Segment Start: DATA EXCERPTS

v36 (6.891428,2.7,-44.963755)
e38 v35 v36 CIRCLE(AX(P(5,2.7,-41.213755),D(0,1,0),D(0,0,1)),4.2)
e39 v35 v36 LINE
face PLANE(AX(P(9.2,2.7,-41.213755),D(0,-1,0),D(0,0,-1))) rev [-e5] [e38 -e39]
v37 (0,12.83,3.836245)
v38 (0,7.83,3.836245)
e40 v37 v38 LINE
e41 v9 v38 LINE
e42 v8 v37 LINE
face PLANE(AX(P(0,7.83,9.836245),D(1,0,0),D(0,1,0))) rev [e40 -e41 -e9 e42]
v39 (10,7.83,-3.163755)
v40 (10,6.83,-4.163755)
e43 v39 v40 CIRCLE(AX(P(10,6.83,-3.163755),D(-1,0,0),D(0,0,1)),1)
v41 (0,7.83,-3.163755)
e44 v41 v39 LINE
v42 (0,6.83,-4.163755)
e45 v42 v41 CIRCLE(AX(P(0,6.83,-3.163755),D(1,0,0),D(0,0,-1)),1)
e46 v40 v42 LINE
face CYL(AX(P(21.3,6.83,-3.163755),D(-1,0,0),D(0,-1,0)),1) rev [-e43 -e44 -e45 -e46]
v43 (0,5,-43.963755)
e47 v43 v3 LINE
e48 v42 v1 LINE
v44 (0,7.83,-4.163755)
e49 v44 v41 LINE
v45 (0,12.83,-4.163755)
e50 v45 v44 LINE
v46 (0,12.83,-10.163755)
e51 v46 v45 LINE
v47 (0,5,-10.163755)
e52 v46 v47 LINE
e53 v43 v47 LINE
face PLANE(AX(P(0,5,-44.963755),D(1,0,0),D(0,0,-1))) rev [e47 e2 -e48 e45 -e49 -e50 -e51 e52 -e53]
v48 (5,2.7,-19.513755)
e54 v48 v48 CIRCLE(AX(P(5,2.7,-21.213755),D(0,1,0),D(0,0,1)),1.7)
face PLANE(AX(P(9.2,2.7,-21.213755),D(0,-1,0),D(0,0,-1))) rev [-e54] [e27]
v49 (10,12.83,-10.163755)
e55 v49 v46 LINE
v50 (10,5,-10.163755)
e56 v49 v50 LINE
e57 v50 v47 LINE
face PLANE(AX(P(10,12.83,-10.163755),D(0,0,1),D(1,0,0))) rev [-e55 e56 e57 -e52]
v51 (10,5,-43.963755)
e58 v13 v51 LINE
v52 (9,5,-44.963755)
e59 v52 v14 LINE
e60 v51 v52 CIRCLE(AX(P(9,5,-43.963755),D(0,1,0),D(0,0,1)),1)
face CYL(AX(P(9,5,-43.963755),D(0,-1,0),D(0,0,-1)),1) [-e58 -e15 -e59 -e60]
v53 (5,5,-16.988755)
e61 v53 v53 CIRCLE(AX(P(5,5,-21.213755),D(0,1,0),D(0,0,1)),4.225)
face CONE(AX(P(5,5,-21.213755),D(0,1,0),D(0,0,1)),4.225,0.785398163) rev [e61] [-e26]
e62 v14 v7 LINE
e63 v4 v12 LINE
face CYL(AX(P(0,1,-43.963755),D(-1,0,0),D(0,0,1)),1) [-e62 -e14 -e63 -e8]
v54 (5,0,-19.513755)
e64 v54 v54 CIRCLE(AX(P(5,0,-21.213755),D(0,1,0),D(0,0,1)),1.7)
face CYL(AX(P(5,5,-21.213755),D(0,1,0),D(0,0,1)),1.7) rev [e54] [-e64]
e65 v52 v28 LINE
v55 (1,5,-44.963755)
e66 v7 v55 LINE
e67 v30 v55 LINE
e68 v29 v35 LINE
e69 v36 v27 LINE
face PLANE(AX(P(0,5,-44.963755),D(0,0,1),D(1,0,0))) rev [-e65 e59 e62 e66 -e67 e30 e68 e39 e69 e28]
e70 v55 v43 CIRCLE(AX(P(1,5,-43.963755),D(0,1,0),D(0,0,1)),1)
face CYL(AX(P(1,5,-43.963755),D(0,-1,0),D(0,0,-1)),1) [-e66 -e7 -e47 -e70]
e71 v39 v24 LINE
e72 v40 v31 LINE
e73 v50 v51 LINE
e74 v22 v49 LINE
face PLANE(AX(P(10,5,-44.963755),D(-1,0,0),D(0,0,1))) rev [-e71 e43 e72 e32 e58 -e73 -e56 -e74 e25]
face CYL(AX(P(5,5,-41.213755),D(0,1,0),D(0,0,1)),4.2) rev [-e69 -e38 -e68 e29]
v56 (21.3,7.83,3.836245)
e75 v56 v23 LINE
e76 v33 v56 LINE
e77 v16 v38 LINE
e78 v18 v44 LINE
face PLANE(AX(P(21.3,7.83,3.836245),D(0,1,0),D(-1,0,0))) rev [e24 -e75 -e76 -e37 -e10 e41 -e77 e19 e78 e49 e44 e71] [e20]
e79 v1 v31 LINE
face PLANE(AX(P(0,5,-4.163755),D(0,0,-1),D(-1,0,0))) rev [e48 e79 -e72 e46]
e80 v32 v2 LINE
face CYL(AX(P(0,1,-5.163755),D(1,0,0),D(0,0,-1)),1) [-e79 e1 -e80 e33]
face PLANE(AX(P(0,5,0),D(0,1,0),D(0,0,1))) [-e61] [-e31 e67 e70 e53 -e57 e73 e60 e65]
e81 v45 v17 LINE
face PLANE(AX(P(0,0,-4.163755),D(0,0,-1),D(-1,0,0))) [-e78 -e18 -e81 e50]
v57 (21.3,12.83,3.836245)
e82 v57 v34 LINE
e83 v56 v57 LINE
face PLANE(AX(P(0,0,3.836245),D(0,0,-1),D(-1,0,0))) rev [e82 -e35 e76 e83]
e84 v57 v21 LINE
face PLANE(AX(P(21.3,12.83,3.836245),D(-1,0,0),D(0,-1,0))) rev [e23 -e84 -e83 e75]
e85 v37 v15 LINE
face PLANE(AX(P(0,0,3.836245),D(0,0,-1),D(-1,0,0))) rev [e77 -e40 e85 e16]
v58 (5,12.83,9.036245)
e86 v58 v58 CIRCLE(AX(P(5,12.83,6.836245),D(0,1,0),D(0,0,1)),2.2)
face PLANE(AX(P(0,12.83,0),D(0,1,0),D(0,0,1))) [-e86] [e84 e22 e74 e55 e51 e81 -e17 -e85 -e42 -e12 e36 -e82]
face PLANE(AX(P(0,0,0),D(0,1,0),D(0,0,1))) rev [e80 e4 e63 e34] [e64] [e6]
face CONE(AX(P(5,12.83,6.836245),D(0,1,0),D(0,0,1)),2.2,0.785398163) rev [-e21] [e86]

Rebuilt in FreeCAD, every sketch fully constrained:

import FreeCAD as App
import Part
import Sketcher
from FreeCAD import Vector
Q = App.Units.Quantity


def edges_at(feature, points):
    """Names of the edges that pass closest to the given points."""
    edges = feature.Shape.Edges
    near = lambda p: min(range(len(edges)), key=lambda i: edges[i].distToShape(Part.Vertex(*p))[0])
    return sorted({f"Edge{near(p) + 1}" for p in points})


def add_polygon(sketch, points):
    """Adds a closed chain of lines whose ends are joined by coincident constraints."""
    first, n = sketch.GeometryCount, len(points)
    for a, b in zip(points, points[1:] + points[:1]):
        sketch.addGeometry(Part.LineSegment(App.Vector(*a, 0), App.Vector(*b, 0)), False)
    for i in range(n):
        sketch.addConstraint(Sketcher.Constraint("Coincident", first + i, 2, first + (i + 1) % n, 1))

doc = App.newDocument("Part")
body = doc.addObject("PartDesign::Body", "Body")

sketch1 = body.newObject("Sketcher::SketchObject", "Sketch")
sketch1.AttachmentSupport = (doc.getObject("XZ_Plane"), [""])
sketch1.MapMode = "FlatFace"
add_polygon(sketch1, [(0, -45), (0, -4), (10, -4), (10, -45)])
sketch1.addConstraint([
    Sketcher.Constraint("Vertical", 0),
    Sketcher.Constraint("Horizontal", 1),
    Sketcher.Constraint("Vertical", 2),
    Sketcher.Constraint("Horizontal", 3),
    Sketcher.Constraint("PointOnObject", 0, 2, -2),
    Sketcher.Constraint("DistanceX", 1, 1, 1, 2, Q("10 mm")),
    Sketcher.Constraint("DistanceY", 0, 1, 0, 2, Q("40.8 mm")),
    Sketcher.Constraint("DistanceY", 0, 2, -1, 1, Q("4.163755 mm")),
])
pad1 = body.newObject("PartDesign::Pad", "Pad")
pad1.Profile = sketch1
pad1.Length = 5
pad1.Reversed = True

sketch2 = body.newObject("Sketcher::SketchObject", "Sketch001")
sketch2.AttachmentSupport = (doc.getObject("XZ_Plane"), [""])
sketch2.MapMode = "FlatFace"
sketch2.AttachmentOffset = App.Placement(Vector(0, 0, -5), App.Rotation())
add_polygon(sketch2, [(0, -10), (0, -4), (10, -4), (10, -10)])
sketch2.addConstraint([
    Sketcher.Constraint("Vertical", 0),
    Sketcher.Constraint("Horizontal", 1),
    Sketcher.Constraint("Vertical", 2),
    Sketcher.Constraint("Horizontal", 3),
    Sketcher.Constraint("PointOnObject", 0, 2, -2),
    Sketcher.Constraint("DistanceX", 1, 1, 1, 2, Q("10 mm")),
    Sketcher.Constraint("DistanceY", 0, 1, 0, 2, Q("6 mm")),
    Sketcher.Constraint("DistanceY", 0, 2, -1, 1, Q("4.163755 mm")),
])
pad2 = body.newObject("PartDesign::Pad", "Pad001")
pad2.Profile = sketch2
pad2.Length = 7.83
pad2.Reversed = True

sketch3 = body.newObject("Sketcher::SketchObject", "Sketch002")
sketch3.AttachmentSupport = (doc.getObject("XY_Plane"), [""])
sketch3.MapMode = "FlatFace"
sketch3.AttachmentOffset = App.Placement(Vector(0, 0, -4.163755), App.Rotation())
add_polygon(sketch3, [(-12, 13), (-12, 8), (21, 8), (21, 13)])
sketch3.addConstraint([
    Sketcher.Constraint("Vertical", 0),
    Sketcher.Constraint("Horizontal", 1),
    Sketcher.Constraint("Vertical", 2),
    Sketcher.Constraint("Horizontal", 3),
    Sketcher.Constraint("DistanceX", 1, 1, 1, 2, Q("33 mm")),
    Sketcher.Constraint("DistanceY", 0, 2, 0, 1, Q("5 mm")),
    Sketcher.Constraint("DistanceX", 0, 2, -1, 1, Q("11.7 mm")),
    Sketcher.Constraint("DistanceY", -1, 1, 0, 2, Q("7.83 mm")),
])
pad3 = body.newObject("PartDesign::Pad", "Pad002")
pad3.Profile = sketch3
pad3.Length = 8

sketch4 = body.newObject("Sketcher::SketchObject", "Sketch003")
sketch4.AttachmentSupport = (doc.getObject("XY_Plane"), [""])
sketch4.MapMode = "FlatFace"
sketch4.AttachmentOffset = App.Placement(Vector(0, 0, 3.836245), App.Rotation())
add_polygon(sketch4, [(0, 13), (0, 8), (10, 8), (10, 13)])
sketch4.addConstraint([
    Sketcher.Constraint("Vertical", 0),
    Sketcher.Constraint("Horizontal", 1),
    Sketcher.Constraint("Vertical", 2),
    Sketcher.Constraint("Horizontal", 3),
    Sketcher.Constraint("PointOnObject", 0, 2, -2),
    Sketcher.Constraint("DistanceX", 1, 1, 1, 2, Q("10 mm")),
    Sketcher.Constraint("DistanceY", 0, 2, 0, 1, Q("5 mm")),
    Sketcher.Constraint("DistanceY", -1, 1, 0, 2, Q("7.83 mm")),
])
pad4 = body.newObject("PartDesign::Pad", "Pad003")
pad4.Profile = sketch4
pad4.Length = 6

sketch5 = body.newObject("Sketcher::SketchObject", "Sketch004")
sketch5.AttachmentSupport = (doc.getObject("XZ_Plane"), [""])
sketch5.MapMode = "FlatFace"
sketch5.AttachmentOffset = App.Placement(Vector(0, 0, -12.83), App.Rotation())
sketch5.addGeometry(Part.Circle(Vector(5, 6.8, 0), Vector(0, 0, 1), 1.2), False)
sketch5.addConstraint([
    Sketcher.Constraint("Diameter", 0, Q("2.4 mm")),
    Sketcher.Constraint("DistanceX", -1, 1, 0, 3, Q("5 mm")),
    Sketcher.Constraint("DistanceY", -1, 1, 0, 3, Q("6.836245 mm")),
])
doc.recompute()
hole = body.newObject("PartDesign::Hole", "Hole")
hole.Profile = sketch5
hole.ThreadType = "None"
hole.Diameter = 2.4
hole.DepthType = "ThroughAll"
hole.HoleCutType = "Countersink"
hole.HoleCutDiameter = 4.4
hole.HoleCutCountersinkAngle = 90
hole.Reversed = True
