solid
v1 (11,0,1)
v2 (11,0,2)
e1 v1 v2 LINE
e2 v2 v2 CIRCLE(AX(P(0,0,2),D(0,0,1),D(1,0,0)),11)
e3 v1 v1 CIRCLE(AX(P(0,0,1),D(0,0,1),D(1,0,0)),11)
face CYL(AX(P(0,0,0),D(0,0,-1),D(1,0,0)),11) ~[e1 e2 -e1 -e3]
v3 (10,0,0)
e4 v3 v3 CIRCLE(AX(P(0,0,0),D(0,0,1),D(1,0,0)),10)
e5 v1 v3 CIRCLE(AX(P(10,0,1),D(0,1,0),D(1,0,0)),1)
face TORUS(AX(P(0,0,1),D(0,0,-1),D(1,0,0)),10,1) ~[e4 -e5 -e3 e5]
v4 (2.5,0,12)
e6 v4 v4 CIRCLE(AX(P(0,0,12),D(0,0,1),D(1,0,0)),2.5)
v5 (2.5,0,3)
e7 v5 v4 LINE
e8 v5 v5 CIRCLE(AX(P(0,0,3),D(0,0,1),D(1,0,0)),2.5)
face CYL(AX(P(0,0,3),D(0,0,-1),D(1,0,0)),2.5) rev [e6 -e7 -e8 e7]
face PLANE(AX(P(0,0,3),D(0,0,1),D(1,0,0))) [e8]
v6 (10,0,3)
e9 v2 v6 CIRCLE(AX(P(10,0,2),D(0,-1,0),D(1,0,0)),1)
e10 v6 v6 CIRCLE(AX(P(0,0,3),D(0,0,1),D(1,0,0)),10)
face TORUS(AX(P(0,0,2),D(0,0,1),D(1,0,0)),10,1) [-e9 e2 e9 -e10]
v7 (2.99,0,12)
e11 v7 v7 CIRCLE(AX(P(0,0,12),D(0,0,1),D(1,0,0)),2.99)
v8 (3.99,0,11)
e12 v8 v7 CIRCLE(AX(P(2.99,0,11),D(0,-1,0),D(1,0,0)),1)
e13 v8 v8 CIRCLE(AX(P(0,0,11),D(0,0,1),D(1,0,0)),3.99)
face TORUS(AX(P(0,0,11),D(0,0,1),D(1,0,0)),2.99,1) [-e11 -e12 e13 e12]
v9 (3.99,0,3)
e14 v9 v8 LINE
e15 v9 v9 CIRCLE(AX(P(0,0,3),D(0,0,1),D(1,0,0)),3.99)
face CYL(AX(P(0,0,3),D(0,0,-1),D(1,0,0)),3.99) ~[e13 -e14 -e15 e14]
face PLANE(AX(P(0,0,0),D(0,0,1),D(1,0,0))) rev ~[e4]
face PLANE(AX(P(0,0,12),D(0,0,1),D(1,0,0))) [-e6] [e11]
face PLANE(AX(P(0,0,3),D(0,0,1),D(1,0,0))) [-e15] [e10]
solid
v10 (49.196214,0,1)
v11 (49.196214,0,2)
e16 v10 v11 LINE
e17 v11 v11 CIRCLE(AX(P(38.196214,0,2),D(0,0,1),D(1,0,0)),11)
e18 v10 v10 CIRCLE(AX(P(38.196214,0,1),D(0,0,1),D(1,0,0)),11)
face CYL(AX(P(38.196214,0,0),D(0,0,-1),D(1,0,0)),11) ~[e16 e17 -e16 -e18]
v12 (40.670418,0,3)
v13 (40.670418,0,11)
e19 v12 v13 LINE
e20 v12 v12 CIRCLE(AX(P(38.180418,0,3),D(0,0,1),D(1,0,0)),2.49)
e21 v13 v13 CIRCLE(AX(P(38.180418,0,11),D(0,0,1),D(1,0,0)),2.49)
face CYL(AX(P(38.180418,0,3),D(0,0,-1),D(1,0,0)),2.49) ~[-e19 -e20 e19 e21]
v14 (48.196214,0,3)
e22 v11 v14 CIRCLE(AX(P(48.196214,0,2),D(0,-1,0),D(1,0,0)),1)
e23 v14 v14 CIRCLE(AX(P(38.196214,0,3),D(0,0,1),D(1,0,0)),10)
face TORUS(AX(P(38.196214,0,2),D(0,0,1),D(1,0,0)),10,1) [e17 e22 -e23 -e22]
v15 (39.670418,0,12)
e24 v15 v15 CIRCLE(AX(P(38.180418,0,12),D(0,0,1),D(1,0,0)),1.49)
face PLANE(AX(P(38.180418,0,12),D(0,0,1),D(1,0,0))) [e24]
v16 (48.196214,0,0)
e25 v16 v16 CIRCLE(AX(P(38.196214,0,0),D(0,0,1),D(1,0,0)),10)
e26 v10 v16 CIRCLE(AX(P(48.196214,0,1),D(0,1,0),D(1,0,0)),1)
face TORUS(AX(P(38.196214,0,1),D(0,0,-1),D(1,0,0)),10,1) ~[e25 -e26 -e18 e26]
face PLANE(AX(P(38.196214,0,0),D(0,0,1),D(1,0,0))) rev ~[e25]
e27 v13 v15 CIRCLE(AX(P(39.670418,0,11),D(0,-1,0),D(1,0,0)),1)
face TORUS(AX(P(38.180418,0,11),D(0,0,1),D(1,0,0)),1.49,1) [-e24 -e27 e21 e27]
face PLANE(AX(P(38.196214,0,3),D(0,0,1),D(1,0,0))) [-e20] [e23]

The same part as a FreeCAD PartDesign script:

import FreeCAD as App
import Part
import Sketcher

V = App.Vector
Q = App.Units.Quantity


def edges_at(feature, points):
    """Names of the edges that pass closest to the given points."""
    edges = feature.Shape.Edges
    near = lambda p: min(range(len(edges)), key=lambda i: edges[i].distToShape(Part.Vertex(*p))[0])
    return sorted({f"Edge{near(p) + 1}" for p in points})

doc = App.newDocument("Part")
body = doc.addObject("PartDesign::Body", "Body")

# Sketch on XY plane
sketch1 = doc.addObject("Sketcher::SketchObject", "Sketch")
body.addObject(sketch1)
sketch1.AttachmentSupport = (doc.XY_Plane, [""])
sketch1.MapMode = "FlatFace"
sketch1.addGeometry(Part.Circle(V(38, 0, 0), V(0, 0, 1), 11), False)
sketch1.addConstraint([
    Sketcher.Constraint("PointOnObject", 0, 3, -1),
    Sketcher.Constraint("Diameter", 0, Q("22 mm")),
    Sketcher.Constraint("DistanceX", -1, 1, 0, 3, Q("38.196214 mm")),
])
pad1 = doc.addObject("PartDesign::Pad", "Pad")
body.addObject(pad1)
pad1.Profile = sketch1
pad1.Length = 3

# Sketch on XY plane
sketch2 = doc.addObject("Sketcher::SketchObject", "Sketch001")
body.addObject(sketch2)
sketch2.AttachmentSupport = (doc.XY_Plane, [""])
sketch2.MapMode = "FlatFace"
sketch2.AttachmentOffset = App.Placement(V(0, 0, 3), App.Rotation())
sketch2.addGeometry(Part.Circle(V(38.2, 0, 0), V(0, 0, 1), 2.5), False)
sketch2.addConstraint([
    Sketcher.Constraint("PointOnObject", 0, 3, -1),
    Sketcher.Constraint("Diameter", 0, Q("4.98 mm")),
    Sketcher.Constraint("DistanceX", -1, 1, 0, 3, Q("38.180418 mm")),
])
pad2 = doc.addObject("PartDesign::Pad", "Pad001")
body.addObject(pad2)
pad2.Profile = sketch2
pad2.Length = 9
doc.recompute()

fillet = doc.addObject("PartDesign::Fillet", "Fillet")
body.addObject(fillet)
fillet.Base = (pad2, edges_at(pad2, [
    (27.196, 0, 3),
    (49.196, 0, 1.5),
    (27.196, 0, 0),
    (35.69, 0, 12),
]))
fillet.Radius = 1
body2 = doc.addObject("PartDesign::Body", "Body001")

# Sketch on XY plane
sketch3 = doc.addObject("Sketcher::SketchObject", "Sketch002")
body2.addObject(sketch3)
sketch3.AttachmentSupport = (doc.getObject("XY_Plane001"), [""])
sketch3.MapMode = "FlatFace"
sketch3.addGeometry(Part.Circle(V(0, 0, 0), V(0, 0, 1), 11), False)
sketch3.addConstraint([
    Sketcher.Constraint("Coincident", 0, 3, -1, 1),
    Sketcher.Constraint("Diameter", 0, Q("22 mm")),
])
pad3 = doc.addObject("PartDesign::Pad", "Pad002")
body2.addObject(pad3)
pad3.Profile = sketch3
pad3.Length = 3

# Sketch on XY plane
sketch4 = doc.addObject("Sketcher::SketchObject", "Sketch003")
body2.addObject(sketch4)
sketch4.AttachmentSupport = (doc.getObject("XY_Plane001"), [""])
sketch4.MapMode = "FlatFace"
sketch4.AttachmentOffset = App.Placement(V(0, 0, 3), App.Rotation())
sketch4.addGeometry([
    Part.Circle(V(0, 0, 0), V(0, 0, 1), 4),
    Part.Circle(V(0, 0, 0), V(0, 0, 1), 2.5),
], False)
sketch4.addConstraint([
    Sketcher.Constraint("Coincident", 0, 3, -1, 1),
    Sketcher.Constraint("Coincident", 1, 3, -1, 1),
    Sketcher.Constraint("Diameter", 1, Q("5 mm")),
    Sketcher.Constraint("Diameter", 0, Q("7.98 mm")),
])
pad4 = doc.addObject("PartDesign::Pad", "Pad003")
body2.addObject(pad4)
pad4.Profile = sketch4
pad4.Length = 9
doc.recompute()

fillet2 = doc.addObject("PartDesign::Fillet", "Fillet001")
body2.addObject(fillet2)
fillet2.Base = (pad4, edges_at(pad4, [(-11, 0, 0), (-11, 0, 3), (-3.99, 0, 12)]))
fillet2.Radius = 1

doc.recompute()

Segment End: DATA EXCERPTS

» **ABOUT THIS EXERCISE**
What is the number of lines above that contain "CONE"? Answer with that number only.

» **FINISHED EXERCISE**
2